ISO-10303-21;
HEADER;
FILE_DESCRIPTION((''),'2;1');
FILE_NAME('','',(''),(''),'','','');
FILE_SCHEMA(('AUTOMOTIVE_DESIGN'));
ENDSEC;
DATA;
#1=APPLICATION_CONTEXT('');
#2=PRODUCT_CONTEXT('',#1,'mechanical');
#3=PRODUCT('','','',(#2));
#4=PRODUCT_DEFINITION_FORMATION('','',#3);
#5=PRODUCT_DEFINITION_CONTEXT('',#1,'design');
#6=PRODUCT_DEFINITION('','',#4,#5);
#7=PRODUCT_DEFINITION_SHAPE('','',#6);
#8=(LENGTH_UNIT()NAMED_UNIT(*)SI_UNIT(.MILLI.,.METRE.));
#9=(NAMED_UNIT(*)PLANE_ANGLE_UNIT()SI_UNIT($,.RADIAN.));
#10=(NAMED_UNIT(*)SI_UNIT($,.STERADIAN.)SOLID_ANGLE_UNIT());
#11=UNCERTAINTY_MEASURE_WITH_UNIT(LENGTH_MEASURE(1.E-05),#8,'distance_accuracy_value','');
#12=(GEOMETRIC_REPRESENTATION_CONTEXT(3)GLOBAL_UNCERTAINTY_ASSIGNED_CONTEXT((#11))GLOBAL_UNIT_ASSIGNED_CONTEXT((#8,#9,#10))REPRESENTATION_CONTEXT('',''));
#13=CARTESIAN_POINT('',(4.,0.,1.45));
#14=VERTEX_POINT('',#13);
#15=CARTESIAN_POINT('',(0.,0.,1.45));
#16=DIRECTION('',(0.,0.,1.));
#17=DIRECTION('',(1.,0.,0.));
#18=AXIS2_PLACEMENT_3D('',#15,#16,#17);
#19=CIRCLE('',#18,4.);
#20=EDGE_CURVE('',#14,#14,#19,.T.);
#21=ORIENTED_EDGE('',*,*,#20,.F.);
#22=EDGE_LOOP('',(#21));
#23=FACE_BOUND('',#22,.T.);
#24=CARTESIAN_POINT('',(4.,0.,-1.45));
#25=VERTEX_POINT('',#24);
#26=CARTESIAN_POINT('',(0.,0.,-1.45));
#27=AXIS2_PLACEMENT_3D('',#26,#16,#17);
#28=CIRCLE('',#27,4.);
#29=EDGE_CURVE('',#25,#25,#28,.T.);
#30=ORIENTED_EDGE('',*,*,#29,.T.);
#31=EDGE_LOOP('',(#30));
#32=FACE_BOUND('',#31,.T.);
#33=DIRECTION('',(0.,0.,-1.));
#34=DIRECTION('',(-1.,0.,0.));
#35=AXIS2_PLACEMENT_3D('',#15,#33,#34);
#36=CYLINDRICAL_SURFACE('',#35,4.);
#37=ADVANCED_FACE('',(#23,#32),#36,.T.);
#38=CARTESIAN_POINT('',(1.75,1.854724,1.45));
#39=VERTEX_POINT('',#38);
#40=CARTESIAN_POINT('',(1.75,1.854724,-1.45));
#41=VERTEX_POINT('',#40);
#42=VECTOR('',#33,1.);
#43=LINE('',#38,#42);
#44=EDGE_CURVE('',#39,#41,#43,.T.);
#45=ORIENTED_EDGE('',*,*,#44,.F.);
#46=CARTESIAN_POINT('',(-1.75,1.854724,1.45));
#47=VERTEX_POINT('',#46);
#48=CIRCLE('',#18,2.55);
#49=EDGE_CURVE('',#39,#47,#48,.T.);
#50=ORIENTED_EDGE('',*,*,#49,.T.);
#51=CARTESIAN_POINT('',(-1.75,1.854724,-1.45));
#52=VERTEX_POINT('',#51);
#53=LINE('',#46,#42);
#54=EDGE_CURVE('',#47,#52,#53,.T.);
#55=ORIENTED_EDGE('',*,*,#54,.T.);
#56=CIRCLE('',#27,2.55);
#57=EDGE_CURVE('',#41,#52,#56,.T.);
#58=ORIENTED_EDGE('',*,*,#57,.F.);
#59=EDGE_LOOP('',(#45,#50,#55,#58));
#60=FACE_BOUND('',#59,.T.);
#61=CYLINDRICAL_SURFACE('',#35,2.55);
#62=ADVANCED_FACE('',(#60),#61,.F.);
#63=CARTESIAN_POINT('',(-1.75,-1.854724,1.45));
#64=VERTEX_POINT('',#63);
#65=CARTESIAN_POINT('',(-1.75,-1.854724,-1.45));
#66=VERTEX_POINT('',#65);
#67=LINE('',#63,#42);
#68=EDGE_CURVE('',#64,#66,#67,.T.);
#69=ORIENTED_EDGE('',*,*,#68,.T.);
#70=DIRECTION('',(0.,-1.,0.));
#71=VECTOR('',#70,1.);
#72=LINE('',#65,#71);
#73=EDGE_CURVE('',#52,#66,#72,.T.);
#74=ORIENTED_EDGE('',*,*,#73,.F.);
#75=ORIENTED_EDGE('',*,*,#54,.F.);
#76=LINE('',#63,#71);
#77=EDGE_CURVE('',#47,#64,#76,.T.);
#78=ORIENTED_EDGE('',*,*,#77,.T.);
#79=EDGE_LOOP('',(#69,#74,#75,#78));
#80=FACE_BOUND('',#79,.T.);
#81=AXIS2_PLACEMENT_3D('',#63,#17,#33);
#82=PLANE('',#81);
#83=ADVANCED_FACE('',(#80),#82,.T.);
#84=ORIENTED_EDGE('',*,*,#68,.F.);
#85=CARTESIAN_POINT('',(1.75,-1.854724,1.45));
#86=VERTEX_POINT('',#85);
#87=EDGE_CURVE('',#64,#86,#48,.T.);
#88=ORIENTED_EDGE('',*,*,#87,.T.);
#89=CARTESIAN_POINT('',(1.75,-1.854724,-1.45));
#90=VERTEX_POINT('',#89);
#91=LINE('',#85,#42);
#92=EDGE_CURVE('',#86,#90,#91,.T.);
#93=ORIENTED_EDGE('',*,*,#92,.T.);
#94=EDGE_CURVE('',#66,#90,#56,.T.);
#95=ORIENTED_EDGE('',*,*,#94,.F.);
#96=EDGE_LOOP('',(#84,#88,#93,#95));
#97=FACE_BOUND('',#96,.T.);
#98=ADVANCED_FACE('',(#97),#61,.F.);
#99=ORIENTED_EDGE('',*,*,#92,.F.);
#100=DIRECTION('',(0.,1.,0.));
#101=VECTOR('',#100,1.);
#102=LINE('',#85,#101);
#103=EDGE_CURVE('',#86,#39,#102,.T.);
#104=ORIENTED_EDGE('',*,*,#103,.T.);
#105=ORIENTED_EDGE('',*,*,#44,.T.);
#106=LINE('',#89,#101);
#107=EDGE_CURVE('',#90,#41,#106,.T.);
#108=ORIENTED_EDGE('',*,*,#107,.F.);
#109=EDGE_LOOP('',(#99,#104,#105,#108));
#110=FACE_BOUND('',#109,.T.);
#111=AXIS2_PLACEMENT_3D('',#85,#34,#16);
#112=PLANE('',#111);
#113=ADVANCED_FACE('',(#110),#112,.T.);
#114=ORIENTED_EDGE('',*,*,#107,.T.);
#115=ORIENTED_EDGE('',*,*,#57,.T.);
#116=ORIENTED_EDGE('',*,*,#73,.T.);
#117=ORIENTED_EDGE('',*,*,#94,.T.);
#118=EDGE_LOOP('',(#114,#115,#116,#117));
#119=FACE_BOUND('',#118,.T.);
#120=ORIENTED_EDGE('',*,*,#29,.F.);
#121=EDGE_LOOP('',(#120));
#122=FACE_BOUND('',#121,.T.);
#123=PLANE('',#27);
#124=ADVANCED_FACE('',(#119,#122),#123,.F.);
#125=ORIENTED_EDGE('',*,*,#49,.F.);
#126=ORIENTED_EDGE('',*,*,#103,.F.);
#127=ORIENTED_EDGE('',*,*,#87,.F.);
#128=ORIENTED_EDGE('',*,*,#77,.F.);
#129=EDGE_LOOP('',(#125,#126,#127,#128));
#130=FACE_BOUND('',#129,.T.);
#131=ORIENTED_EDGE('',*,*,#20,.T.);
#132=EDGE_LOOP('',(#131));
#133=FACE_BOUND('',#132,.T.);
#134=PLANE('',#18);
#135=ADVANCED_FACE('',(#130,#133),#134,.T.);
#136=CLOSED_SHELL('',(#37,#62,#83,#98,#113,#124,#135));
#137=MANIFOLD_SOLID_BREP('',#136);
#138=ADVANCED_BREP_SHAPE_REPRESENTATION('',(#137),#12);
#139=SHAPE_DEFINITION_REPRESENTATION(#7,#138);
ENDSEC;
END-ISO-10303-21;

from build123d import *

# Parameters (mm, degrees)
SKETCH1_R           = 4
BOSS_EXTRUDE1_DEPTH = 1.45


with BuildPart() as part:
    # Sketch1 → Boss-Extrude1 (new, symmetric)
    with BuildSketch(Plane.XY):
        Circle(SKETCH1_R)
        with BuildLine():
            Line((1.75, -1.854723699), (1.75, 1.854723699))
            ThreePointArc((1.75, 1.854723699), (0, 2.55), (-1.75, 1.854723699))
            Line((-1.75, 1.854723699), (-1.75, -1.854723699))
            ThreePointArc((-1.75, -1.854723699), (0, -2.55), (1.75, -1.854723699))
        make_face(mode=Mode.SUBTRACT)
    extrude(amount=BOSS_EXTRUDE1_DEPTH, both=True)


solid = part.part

+++

**ACTIVITY**
Take the lines above from the one containing "#65=CARTESIAN_POINT('',(-1.75,-1.854724,-1.45));" down to the one containing "#103=EDGE_CURVE('',#86,#39,#102,.T.);", and transcribe them exactly, both ends included.

**RESPONSE TO THE TASK**
#65=CARTESIAN_POINT('',(-1.75,-1.854724,-1.45));
#66=VERTEX_POINT('',#65);
#67=LINE('',#63,#42);
#68=EDGE_CURVE('',#64,#66,#67,.T.);
#69=ORIENTED_EDGE('',*,*,#68,.T.);
#70=DIRECTION('',(0.,-1.,0.));
#71=VECTOR('',#70,1.);
#72=LINE('',#65,#71);
#73=EDGE_CURVE('',#52,#66,#72,.T.);
#74=ORIENTED_EDGE('',*,*,#73,.F.);
#75=ORIENTED_EDGE('',*,*,#54,.F.);
#76=LINE('',#63,#71);
#77=EDGE_CURVE('',#47,#64,#76,.T.);
#78=ORIENTED_EDGE('',*,*,#77,.T.);
#79=EDGE_LOOP('',(#69,#74,#75,#78));
#80=FACE_BOUND('',#79,.T.);
#81=AXIS2_PLACEMENT_3D('',#63,#17,#33);
#82=PLANE('',#81);
#83=ADVANCED_FACE('',(#80),#82,.T.);
#84=ORIENTED_EDGE('',*,*,#68,.F.);
#85=CARTESIAN_POINT('',(1.75,-1.854724,1.45));
#86=VERTEX_POINT('',#85);
#87=EDGE_CURVE('',#64,#86,#48,.T.);
#88=ORIENTED_EDGE('',*,*,#87,.T.);
#89=CARTESIAN_POINT('',(1.75,-1.854724,-1.45));
#90=VERTEX_POINT('',#89);
#91=LINE('',#85,#42);
#92=EDGE_CURVE('',#86,#90,#91,.T.);
#93=ORIENTED_EDGE('',*,*,#92,.T.);
#94=EDGE_CURVE('',#66,#90,#56,.T.);
#95=ORIENTED_EDGE('',*,*,#94,.F.);
#96=EDGE_LOOP('',(#84,#88,#93,#95));
#97=FACE_BOUND('',#96,.T.);
#98=ADVANCED_FACE('',(#97),#61,.F.);
#99=ORIENTED_EDGE('',*,*,#92,.F.);
#100=DIRECTION('',(0.,1.,0.));
#101=VECTOR('',#100,1.);
#102=LINE('',#85,#101);
#103=EDGE_CURVE('',#86,#39,#102,.T.);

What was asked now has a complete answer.